Dum ponto de vista social, melhor dito no contexto da polis, é exactamente o oposto, e aí concordo totalmente com os teus argumentos. Não poderia ser de outra maneira, do meu ponto de vista. Daí a necessidade, expressa pela polis, do juíz ser uma entidade o mais impoluta possível.

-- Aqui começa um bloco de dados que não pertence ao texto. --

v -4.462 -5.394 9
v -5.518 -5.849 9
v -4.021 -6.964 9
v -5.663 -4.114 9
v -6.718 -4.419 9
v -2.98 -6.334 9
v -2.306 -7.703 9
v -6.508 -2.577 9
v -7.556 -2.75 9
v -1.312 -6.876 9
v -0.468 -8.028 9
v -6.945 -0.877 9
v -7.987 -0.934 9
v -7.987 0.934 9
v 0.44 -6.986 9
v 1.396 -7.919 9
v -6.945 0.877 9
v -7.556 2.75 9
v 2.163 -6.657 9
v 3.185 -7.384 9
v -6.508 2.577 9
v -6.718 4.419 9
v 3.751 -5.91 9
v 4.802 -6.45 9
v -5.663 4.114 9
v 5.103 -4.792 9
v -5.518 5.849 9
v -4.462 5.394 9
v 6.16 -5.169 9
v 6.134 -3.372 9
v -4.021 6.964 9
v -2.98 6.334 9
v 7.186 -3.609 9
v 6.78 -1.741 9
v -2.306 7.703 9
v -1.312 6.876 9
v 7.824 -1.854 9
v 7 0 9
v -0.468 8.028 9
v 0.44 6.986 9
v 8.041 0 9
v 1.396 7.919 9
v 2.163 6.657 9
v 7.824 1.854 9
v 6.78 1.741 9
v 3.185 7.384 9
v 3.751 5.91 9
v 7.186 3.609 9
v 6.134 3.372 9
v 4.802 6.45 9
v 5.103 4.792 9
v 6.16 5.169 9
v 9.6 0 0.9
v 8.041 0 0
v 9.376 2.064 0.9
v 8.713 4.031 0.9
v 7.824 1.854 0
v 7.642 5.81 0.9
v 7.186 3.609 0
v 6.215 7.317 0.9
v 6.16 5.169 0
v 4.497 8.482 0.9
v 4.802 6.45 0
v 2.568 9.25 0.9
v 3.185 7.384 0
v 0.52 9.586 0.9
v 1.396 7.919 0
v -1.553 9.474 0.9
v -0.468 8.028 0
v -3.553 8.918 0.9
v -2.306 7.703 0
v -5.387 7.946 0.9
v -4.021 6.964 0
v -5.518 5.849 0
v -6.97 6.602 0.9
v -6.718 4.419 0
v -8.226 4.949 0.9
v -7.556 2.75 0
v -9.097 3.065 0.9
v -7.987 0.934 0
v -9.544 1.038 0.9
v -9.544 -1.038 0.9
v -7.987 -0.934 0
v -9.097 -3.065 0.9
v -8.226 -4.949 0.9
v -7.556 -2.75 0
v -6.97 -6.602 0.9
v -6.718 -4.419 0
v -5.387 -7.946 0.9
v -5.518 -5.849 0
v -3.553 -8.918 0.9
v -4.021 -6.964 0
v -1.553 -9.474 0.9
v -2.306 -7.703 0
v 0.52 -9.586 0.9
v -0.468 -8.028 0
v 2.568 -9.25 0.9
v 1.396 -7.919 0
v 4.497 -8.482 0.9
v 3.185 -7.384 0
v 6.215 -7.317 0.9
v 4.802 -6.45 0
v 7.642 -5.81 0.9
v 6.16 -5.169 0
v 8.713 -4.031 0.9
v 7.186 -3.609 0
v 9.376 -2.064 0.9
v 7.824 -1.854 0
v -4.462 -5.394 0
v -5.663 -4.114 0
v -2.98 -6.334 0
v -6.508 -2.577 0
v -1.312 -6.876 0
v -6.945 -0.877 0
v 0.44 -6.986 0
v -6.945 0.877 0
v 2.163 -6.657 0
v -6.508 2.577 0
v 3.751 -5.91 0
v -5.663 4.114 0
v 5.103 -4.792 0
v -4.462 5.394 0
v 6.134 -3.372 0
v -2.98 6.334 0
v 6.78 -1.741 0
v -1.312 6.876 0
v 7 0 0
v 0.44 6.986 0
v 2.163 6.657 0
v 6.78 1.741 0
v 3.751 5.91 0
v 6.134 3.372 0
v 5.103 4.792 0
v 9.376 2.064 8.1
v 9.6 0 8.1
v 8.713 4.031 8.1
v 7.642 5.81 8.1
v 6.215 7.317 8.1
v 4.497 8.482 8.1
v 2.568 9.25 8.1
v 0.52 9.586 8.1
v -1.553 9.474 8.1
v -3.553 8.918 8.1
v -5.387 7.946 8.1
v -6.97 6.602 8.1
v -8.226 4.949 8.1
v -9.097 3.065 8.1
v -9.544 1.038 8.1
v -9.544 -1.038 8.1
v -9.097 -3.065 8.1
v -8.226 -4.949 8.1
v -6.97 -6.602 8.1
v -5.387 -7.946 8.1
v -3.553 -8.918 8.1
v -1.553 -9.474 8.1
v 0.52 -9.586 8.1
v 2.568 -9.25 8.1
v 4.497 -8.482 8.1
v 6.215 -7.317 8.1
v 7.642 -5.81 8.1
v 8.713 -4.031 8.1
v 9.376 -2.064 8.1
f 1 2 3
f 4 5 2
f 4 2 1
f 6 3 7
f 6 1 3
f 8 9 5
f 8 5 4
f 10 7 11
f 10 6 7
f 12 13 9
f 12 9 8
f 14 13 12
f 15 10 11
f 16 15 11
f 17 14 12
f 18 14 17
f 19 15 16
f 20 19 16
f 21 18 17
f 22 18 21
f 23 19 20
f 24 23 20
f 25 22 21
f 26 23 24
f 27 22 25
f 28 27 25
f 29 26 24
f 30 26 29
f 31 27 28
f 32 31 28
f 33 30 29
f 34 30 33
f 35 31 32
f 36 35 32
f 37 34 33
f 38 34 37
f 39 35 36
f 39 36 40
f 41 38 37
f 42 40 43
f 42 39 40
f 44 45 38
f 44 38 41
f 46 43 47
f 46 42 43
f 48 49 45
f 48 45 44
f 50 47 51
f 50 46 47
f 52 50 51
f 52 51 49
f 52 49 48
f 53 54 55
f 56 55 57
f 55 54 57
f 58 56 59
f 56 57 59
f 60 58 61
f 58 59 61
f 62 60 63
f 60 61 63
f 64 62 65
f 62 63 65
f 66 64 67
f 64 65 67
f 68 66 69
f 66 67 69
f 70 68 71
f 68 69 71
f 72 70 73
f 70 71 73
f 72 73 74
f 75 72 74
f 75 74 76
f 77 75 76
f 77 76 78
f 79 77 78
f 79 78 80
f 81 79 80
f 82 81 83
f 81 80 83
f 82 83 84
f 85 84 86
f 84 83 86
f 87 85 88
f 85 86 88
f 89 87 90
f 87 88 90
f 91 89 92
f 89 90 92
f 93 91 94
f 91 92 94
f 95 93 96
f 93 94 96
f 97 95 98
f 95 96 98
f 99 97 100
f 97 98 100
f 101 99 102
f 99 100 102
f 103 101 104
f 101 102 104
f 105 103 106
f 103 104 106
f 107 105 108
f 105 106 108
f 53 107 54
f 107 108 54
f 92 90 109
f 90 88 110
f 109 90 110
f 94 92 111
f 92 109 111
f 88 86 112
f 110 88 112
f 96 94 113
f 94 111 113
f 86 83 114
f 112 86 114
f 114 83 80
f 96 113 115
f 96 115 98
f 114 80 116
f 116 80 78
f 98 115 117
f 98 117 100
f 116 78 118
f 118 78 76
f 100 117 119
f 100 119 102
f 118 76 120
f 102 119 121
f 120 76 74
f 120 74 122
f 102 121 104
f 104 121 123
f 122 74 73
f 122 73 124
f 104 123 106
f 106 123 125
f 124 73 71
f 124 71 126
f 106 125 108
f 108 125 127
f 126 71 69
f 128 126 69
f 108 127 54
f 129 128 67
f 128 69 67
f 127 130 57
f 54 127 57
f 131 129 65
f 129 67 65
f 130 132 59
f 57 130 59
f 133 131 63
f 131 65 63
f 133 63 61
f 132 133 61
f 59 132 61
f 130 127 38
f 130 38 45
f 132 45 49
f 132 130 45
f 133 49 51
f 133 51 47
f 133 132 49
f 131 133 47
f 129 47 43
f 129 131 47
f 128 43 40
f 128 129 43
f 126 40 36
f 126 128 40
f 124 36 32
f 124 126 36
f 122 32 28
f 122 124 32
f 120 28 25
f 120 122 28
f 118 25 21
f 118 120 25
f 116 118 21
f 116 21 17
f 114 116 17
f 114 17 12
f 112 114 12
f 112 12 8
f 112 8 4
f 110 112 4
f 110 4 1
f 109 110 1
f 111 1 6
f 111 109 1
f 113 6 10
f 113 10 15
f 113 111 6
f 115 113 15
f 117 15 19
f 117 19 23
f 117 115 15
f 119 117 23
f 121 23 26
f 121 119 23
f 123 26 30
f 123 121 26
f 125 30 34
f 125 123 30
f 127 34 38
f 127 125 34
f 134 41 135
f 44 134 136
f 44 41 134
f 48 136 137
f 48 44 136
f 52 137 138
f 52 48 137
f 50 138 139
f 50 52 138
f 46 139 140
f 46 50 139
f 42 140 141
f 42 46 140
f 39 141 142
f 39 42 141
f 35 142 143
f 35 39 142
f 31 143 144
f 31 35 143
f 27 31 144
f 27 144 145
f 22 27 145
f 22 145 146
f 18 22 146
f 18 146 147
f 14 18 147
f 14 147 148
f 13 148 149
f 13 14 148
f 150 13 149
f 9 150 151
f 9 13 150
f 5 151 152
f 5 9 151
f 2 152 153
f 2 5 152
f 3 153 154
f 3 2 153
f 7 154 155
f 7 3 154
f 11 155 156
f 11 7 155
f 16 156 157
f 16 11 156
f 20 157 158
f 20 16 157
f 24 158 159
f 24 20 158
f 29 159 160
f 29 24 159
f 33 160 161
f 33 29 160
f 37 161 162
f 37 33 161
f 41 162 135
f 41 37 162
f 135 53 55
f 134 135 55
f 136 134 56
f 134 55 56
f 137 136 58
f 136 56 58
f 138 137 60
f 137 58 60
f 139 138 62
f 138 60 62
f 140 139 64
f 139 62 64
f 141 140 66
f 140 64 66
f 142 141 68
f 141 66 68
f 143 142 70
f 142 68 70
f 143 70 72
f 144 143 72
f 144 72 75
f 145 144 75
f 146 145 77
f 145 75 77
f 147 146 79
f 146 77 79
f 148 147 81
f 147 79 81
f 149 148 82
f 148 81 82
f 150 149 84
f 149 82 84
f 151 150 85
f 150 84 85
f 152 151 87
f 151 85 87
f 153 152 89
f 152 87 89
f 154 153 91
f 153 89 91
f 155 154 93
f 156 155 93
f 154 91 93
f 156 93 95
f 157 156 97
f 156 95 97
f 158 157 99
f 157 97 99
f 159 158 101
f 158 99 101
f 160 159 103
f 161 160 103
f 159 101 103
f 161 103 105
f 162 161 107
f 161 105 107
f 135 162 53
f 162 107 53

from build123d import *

# Parameters (mm, degrees)
ESQUISSE1_R        = 9.6
ESQUISSE1_R_2      = 7
BOSS_EXTRU_1_DEPTH = 9
CHANFREIN5_SIZE    = 0.9
CHANFREIN5_SIZE2   = 1.558845727
CHANFREIN9_SIZE    = 0.9
CHANFREIN9_SIZE2   = 1.558845727


with BuildPart() as part:
    # Esquisse1 → Boss.-Extru.1 (new body)
    with BuildSketch(Plane.XY):
        Circle(ESQUISSE1_R)
        Circle(ESQUISSE1_R_2, mode=Mode.SUBTRACT)
    extrude(amount=BOSS_EXTRU_1_DEPTH)

    # Chanfrein5
    chanfrein5_edges = [part.edges().sort_by_distance(p)[0] for p in [
        (-9.6, 0, 9),
    ]]
    chanfrein5_side = [part.faces().sort_by_distance(p)[0] for p in [
        (-9.6, 0, 4.5),
    ]]
    chamfer(chanfrein5_edges, length=CHANFREIN5_SIZE, length2=CHANFREIN5_SIZE2, reference=chanfrein5_side[0])

    # Chanfrein9
    chanfrein9_edges = [part.edges().sort_by_distance(p)[0] for p in [
        (-9.6, 0, 0),
    ]]
    chanfrein9_side = [part.faces().sort_by_distance(p)[0] for p in [
        (-9.6, 0, 4.05),
    ]]
    chamfer(chanfrein9_edges, length=CHANFREIN9_SIZE, length2=CHANFREIN9_SIZE2, reference=chanfrein9_side[0])


solid = part.part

E não acho que esta antinomia tenha solução. E daí que a guerra tenha sempre a mesma face horrenda, com ou sem civilização.

Beijinho
Miguel
:-)

Anónimo disse...

Desculpem os dois mas não estou muito de acordo.
Só por aquele mail não consigo perceber muito bem o que se passou a não ser que 2 fusileiros foram acusados de "assassínio". As aspas é para chamar a atenção da palavra.
Numa guerra é dado adquirido que se mata, para defender a causa, para se defender os seus e para não se morrer. Na guerra, e dentro dos parâmetros mencionados não há assassínios.
Depois disto dito, gostava de saber o que terão feito os ditos fusileiros para serem acusados de assassínio.
Estou de acordo que a guerra transforma e distorce a moral das pessoas, mas felizmente não a maior parte.
Também é verdade que estou a discorrer sentada numa cadeirra.
Beijinhos aos dois.

Xantipa disse...

Queridos Miguel e mfba,

Pelo percebi da notícia do expresso (e como não era muito clara fui ver o que se passava) estes crimes têm a ver com acções fora do âmbito restrito da guerra. Ora o que é isso? perguntam-me.
A guerra faz-se entre guerreiros e, pelo que me foi dado a saber, estes marines teriam assassinado civis indefesos. Foi isso. Daí que o próprio capitão diga que, se forem considerados culpados, que sejam castigados. Mas ele refere-se, penso eu, às atenuantes que deveriam existir nestas situações, pois só quem passa por elas as compreende. É esse o argumento dele...
(este capitão morreu, entretanto...)

Anónimo disse...

Pois é, não estou de acordo com as atenuantes e não ao nível da polis mas sim ao moral.